Picked up the core of a courting tandem from a guy who'd stored it in his garage for the last 8 years as a "never-got-around-to because he doesn't know bikes" project who decided he wanted the room and listed it on Craigslist.  

The rear drop outs have braised repairs and the front forks look slightly uneven. leaving me to wonder if it could ever be road worthy, plus the original paint is all but gone... but the steering works and it's got the badge and the skip tooth chains... but no rear crank and the front appears to be missing something.  I'm definitely feeling in over my head.  Have I bought a nice wall hanging or something that could be turned into a passable rider some day?

Thoughts and suggestions?


----------



## jd56 (Jan 18, 2015)

Looks like a hell of a project Bill...nice find


----------



## corbettclassics (Jan 18, 2015)

The woman's tandems seem to show up more.  Nice project there.
I've been looking for the mens model 43 or 48 but never see them.

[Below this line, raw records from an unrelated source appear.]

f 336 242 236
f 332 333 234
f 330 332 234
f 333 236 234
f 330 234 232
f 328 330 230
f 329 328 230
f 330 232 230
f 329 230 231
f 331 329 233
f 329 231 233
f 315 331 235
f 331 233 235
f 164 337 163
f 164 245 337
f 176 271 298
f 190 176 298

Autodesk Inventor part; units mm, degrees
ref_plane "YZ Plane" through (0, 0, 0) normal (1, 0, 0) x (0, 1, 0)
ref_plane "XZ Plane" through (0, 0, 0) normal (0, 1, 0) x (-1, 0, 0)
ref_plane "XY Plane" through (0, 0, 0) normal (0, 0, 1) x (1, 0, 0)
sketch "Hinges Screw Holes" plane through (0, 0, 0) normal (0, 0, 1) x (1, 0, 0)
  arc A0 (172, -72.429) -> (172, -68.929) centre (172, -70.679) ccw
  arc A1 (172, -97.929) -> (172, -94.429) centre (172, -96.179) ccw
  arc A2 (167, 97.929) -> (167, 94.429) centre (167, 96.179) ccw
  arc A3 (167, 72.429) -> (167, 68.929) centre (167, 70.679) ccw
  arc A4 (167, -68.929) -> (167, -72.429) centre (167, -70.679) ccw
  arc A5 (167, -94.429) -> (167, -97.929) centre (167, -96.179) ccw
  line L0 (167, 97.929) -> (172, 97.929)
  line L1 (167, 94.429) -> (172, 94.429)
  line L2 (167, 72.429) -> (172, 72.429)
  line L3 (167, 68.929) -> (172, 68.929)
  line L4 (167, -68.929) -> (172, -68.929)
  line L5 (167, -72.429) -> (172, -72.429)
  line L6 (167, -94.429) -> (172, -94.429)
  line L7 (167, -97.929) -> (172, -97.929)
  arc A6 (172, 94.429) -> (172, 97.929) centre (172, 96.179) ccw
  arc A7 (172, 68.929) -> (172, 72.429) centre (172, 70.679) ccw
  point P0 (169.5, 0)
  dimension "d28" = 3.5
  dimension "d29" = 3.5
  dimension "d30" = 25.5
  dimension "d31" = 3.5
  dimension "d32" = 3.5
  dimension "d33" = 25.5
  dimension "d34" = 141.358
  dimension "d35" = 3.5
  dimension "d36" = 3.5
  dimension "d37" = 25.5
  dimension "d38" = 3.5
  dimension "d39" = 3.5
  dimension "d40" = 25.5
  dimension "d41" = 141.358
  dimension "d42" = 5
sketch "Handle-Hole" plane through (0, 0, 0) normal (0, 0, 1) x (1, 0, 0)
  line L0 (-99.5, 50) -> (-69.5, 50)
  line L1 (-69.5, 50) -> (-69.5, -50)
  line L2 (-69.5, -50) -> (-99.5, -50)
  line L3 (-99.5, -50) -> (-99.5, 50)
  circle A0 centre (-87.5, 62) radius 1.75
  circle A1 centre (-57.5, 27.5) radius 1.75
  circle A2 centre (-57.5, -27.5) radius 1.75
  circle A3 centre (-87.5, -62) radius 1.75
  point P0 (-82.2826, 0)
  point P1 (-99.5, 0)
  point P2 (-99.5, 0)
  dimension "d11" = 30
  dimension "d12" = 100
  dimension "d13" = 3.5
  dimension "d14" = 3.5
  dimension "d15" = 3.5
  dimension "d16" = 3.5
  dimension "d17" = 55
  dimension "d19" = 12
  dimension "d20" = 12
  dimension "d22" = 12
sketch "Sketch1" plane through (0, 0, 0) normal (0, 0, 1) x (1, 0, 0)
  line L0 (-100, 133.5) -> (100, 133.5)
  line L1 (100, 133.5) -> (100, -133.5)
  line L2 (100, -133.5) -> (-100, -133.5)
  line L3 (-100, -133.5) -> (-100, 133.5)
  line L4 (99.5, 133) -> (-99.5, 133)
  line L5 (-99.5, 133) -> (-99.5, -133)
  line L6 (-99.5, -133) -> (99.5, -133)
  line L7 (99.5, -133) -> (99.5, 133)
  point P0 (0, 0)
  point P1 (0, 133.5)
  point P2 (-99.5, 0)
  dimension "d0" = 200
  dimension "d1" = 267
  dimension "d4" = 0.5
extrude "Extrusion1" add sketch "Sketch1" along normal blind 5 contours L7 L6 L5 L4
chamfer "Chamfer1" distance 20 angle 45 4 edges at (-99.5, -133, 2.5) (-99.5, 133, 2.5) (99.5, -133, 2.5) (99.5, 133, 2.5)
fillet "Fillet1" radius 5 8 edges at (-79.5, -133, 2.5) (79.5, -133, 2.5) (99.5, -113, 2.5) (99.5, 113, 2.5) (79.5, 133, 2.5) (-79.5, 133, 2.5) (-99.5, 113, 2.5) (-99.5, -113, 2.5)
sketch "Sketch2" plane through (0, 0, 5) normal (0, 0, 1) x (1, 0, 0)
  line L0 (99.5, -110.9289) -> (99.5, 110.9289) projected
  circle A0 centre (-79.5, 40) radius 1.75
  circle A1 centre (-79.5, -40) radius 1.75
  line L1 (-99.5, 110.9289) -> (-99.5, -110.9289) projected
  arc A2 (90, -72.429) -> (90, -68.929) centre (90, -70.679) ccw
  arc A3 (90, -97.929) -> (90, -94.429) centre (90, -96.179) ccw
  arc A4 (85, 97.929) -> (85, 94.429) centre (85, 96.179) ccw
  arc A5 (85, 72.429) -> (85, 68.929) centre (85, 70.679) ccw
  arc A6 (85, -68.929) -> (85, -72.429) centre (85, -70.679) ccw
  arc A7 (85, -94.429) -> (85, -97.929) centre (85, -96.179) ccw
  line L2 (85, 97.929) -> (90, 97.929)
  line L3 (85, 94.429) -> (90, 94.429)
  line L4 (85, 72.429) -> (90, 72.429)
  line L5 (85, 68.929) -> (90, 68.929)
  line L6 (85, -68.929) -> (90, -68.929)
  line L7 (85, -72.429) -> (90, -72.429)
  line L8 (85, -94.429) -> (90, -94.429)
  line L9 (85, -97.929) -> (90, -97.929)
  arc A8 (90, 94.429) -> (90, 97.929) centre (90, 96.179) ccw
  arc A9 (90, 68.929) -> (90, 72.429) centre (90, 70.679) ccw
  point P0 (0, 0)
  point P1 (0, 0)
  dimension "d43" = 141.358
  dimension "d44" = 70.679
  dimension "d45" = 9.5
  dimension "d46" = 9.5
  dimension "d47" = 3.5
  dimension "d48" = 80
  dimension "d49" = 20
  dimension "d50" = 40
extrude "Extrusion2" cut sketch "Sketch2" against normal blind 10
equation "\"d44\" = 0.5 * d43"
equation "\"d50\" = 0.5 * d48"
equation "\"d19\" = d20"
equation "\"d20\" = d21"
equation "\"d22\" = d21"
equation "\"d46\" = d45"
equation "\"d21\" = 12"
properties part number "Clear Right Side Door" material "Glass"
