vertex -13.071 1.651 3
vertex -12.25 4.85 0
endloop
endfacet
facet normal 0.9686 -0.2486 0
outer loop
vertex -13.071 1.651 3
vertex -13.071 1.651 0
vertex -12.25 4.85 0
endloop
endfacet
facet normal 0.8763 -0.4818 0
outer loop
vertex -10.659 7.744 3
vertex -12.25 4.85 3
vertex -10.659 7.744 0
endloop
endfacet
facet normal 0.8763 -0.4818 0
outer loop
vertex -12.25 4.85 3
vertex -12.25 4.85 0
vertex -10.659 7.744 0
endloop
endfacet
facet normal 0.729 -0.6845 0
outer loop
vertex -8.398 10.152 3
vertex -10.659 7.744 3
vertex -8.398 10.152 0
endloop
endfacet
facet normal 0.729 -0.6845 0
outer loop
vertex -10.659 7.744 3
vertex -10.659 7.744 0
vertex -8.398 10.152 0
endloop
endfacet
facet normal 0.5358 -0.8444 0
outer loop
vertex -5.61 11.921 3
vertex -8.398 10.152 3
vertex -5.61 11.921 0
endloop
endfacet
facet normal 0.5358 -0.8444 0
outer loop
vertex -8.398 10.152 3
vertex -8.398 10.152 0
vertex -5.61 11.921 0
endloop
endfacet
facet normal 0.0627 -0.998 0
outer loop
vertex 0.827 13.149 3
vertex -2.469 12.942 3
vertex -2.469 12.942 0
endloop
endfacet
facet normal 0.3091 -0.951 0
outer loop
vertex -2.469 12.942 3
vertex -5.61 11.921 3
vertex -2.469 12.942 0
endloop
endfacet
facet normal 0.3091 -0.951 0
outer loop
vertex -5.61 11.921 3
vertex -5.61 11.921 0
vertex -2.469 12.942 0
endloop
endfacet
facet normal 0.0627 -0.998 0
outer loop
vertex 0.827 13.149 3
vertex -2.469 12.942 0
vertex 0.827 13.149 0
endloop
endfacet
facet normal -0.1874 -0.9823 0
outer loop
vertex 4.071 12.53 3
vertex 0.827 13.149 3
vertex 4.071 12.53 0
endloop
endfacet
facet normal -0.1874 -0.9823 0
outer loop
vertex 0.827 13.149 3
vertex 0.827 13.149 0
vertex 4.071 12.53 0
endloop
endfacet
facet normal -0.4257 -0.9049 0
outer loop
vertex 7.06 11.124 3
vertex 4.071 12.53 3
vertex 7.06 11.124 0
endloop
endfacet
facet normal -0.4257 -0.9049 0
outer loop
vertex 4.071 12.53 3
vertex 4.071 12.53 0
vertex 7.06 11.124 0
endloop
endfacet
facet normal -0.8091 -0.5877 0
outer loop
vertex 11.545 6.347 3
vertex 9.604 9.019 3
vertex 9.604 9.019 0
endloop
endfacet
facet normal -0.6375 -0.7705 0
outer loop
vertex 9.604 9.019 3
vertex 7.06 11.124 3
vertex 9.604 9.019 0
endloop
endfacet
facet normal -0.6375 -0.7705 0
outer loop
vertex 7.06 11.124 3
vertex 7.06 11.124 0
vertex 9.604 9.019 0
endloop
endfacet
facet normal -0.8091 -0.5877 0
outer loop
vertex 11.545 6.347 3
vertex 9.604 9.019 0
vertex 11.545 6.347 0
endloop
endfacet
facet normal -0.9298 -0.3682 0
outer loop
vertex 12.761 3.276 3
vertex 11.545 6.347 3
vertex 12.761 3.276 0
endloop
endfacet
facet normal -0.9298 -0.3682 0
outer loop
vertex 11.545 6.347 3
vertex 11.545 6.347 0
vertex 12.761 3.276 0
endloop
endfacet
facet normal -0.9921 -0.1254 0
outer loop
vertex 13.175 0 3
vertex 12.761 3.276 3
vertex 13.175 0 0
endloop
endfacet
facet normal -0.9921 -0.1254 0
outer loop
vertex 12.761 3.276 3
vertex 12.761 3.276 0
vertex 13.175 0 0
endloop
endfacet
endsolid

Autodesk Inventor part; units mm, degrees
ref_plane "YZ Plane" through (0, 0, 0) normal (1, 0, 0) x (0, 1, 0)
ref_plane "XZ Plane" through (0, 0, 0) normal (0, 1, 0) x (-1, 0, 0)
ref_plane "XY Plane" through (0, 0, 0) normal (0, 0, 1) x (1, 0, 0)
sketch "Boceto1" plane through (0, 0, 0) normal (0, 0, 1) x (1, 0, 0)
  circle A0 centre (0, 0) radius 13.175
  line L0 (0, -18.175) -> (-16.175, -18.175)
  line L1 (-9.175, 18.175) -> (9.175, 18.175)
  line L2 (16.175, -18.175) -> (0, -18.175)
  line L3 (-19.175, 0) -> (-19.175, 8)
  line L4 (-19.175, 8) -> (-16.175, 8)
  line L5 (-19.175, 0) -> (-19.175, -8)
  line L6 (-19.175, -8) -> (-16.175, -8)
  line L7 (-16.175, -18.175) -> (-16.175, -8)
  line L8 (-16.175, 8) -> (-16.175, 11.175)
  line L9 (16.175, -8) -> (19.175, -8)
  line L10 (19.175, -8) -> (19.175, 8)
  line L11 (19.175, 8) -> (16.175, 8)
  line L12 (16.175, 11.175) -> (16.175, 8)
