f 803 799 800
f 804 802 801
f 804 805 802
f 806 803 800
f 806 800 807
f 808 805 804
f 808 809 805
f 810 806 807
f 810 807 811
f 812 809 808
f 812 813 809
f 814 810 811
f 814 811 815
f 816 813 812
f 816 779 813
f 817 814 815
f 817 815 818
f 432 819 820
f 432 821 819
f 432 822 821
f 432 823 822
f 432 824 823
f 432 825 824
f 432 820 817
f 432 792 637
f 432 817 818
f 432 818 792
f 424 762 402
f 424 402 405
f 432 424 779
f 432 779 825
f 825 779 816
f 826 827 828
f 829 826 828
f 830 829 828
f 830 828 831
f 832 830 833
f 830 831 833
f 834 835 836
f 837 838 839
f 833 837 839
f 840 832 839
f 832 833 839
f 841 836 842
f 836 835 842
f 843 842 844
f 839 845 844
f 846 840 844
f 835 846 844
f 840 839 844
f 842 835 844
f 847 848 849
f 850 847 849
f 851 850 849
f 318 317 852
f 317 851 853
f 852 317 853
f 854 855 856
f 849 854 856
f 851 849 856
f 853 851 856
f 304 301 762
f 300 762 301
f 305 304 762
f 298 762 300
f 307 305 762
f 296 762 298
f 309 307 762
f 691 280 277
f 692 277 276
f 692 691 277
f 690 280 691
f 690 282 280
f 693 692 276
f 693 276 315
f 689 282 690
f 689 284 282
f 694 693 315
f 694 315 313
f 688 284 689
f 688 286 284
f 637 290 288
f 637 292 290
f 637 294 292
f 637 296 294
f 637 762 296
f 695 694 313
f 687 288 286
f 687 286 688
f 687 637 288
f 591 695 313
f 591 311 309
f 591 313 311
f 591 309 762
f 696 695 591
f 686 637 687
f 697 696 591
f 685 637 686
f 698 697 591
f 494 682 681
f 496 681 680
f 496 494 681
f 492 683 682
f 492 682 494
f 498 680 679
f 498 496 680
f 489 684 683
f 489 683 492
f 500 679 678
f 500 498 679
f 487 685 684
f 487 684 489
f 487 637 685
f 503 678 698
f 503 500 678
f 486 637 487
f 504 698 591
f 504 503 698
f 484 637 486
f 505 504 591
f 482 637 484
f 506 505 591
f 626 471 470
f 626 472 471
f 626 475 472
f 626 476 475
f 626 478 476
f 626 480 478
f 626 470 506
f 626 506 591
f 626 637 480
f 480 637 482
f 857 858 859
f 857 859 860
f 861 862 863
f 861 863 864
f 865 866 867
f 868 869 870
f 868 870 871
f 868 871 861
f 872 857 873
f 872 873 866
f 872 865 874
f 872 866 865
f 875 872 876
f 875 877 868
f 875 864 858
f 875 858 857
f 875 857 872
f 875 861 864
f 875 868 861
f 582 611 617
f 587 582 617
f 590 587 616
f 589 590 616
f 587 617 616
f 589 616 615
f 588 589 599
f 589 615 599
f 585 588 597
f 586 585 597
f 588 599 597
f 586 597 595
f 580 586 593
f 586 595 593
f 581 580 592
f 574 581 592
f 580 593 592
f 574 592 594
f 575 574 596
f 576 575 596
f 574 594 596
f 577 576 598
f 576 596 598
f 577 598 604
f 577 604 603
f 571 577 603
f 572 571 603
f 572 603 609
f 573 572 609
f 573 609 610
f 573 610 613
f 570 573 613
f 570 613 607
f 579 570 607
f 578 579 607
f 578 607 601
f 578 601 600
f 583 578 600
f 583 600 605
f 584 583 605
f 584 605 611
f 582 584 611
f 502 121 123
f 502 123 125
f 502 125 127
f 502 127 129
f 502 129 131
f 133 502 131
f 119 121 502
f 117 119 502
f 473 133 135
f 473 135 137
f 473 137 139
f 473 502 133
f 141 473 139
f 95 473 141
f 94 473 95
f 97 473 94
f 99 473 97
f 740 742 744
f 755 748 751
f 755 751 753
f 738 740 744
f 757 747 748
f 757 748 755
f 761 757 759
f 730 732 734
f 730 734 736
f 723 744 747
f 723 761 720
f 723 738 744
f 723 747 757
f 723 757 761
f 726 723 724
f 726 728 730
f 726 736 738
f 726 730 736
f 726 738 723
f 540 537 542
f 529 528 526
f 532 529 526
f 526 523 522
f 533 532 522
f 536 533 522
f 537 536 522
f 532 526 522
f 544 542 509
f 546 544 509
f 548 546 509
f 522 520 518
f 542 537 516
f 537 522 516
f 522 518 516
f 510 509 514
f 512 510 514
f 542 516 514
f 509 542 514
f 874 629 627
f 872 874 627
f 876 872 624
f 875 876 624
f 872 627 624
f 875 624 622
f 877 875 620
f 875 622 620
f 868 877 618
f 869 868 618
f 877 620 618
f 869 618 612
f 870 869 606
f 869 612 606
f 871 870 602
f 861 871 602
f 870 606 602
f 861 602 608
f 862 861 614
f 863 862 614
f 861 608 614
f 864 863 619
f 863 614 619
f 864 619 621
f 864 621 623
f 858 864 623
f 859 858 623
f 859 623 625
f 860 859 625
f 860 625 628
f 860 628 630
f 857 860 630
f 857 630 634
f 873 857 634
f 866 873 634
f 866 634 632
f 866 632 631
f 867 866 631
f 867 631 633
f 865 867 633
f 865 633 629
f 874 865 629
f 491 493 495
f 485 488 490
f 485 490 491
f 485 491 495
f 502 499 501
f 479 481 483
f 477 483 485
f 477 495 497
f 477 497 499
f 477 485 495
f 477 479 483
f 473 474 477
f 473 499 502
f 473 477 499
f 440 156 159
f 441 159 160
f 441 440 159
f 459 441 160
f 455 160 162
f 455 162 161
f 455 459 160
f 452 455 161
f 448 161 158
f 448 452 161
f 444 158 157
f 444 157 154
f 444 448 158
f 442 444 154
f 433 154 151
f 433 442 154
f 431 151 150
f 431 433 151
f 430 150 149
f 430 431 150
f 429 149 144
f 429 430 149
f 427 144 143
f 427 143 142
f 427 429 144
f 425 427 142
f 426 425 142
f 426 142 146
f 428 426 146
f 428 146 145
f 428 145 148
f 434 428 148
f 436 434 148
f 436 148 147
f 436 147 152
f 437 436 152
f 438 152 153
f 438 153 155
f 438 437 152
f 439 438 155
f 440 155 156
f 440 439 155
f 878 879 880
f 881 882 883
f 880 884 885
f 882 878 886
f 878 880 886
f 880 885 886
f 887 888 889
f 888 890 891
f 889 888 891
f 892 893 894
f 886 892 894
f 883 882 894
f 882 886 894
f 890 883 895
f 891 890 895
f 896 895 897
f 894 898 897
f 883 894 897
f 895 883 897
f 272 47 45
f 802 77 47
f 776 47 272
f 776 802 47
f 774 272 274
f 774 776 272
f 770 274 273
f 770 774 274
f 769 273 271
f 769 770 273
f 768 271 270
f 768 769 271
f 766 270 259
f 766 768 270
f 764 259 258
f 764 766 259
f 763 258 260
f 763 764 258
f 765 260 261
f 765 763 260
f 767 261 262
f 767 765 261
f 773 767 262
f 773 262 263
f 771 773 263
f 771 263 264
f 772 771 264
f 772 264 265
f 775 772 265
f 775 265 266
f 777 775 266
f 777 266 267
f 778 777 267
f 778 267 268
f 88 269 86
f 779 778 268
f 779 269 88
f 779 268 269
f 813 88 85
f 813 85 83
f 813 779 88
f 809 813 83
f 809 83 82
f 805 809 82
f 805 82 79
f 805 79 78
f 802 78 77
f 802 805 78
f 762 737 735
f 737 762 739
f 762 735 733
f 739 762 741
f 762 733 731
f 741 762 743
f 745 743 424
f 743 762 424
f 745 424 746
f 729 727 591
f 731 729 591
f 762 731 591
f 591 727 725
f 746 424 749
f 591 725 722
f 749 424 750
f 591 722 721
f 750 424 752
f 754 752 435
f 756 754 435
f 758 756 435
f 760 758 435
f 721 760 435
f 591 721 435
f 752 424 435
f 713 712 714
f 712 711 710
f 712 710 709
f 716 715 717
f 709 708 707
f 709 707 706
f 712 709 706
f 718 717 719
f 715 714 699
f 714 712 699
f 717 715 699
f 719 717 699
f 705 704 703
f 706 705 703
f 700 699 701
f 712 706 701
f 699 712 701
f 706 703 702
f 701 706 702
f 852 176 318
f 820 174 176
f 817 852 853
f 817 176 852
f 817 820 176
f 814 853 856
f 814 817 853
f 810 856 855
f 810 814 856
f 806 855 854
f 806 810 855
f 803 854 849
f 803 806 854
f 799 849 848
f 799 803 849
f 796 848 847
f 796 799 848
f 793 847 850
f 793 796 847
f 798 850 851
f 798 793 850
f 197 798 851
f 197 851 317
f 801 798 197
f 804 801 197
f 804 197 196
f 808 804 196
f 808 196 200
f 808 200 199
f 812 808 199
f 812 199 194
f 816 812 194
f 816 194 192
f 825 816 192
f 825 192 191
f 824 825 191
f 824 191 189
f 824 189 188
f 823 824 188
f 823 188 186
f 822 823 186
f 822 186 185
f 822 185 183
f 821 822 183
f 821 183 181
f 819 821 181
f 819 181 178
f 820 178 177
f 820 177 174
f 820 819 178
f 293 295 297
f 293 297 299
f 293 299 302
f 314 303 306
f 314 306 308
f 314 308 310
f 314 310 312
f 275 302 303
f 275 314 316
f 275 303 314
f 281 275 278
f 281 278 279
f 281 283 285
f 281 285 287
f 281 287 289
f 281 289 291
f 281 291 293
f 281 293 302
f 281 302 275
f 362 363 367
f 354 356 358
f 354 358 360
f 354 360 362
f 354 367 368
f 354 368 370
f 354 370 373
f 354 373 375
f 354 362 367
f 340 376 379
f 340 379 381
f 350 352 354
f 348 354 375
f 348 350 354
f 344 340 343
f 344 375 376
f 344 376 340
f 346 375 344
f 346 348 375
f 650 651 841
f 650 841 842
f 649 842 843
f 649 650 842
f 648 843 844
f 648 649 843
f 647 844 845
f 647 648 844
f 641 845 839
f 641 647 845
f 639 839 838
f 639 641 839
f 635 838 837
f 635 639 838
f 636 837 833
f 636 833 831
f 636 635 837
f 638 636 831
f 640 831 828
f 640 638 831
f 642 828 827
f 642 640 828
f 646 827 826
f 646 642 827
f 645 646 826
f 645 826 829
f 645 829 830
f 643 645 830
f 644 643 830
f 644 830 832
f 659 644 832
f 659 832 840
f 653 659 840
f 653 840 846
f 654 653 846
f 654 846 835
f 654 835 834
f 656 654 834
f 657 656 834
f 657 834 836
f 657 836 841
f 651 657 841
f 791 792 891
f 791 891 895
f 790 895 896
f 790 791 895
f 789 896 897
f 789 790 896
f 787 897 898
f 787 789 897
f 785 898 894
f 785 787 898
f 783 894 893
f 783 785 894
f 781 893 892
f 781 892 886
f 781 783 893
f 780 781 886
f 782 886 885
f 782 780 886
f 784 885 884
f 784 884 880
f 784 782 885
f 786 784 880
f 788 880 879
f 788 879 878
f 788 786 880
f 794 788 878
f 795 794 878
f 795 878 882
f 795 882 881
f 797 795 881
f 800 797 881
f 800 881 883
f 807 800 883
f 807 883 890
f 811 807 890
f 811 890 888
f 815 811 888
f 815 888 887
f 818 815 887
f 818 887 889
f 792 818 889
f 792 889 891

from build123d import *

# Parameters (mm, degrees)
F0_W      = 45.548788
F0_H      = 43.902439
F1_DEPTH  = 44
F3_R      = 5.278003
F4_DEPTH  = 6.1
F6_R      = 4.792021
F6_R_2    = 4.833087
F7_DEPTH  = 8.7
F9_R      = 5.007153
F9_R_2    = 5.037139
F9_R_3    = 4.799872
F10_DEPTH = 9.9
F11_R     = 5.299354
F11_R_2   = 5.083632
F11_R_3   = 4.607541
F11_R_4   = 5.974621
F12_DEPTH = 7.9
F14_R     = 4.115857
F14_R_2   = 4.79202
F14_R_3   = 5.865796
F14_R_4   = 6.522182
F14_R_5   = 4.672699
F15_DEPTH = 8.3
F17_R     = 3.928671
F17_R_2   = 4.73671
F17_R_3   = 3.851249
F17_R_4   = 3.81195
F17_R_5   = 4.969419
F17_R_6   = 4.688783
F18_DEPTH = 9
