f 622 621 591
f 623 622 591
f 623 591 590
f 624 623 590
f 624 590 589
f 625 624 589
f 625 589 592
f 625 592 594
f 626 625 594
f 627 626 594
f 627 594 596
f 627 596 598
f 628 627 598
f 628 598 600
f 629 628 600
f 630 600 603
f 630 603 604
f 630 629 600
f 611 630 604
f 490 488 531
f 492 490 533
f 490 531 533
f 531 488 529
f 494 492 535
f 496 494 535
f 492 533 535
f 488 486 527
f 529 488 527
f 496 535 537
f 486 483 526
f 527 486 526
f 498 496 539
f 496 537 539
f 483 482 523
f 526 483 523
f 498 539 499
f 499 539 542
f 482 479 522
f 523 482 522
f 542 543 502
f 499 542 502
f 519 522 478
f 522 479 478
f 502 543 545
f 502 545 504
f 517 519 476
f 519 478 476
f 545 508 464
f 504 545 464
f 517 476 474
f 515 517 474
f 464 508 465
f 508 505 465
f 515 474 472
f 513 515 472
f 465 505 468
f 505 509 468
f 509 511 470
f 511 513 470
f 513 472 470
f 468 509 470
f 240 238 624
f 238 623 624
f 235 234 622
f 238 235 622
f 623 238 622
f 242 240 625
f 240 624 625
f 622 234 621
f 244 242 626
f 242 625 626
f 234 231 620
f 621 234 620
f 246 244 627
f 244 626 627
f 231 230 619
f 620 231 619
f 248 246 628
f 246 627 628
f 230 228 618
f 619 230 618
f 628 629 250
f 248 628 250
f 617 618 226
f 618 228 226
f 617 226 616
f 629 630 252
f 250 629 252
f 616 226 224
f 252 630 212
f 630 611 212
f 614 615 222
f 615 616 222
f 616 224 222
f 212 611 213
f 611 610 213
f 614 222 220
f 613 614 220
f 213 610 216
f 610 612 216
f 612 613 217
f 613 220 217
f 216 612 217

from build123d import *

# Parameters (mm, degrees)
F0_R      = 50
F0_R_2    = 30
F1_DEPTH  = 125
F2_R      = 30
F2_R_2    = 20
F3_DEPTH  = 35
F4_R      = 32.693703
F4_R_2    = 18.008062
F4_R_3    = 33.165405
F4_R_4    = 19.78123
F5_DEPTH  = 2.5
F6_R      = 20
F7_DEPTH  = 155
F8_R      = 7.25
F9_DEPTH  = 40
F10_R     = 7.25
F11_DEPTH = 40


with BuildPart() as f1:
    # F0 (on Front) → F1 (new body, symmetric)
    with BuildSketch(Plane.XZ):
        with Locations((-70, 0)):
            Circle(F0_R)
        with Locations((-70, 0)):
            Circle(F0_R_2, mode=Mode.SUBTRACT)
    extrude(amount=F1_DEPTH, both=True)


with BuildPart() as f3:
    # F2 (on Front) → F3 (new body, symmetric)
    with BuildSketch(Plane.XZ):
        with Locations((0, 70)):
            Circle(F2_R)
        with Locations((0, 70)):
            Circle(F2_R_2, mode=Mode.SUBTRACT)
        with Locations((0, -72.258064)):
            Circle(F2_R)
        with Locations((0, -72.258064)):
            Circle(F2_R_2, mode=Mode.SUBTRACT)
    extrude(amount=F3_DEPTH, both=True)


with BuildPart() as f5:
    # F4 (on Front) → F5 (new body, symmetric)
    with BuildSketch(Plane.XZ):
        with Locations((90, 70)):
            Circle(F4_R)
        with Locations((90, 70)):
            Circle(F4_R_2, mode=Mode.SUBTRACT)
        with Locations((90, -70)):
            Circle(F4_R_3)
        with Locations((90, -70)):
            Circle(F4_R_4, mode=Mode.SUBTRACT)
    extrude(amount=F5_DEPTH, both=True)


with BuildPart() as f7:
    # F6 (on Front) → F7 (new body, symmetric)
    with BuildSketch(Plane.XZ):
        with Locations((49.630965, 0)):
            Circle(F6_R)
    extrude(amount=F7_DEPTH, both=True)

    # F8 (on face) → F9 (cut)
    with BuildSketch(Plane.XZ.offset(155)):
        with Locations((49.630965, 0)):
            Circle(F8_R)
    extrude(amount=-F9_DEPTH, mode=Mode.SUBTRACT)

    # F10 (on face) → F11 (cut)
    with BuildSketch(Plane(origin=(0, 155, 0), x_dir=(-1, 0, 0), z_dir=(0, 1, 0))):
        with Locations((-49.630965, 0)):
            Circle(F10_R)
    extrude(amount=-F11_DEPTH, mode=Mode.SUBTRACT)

Hope these ads help you anyway to see what it should look like. I think
you should be able to get it together in time.


----------



## oldbike1891 (Jan 18, 2015)

*Hey all!  Help Bill find some of the generic Columbia Parts he needs.*



corbettclassics said:


> View attachment 191582
> 
> View attachment 191583
> 
> ...




Hey All.   Most of what Bill needs to get this riding are not Tandem specific.  Such as the rear sprocket and crank assembly.  Some other parts might be substituted from similar period  ones such as the stems and bars.   Enough there to work with.  See what you might have in your stash to let go or pss on someone who might.   He does need one more Tandem Small sprocket to match the front.  That is tandem specific.  -- Lee


----------



## kermit (Jan 18, 2015)

Talk about over your head here is a project I had gotten into a couple of years ago....Don't give up!!!


----------



## wspeid (Jan 18, 2015)

I tried screwing a TOC sprocket I scavenged off a franken-tandem this summer into the rear threads.  What are the odds that piece from Rochester would fit like a glove into a 118 year old frame from Delaware?!!


----------



## MrColumbia (Jan 18, 2015)

Here is the knock down of the crank assembly for 1897 if that helps any.


----------



## Jesse McCauley (Feb 23, 2016)

I've been having a really hard time taking apart a set of these bad boys... 
Any suggestions? 


Sent from my iPhone using Tapatalk


----------



## bikejunk (Feb 24, 2016)

Your best bet is to buy a donor tandem of the same make ,but at that point restore that bike instead just being practical as you might have a hard time making this bike come in under 2 grand in parts - 2 seats and 4 matching pedals and 4 grips and 2 matching bars and a wheelset i have been their and done that   good luck -I might add I own 2 1890s tandems they are a hoot to ride with a willing victim as they are direct drive


----------



## jsrestore (May 8, 2016)

I restored one of the men's pacing tandems a few years ago and had a real hard time finding the correct rear hub !! I bought two doner bikes,, that I would sell if anyone is interested drop me an email jsrestore@aol.com


----------



## smurrewolf (May 1, 2021)

wspeid said:


> Picked up the core of a courting tandem from a guy who'd stored it in his garage for the last 8 years as a "never-got-around-to because he doesn't know bikes" project who decided he wanted the room and listed it on Craigslist.
> 
> The rear drop outs have braised repairs and the front forks look slightly uneven. leaving me to wonder if it could ever be road worthy, plus the original paint is all but gone... but the steering works and it's got the badge and the skip tooth chains... but no rear crank and the front appears to be missing something.  I'm definitely feeling in over my head.  Have I bought a nice wall hanging or something that could be turned into a passable rider some day?
> 
> ...



Wondering if you have finished this project.  My dad is working on a similar bike and we'd like more information.  I sent an email to the email listed in your profile, but thought I would reach out here, too.  Hope you are well.


----------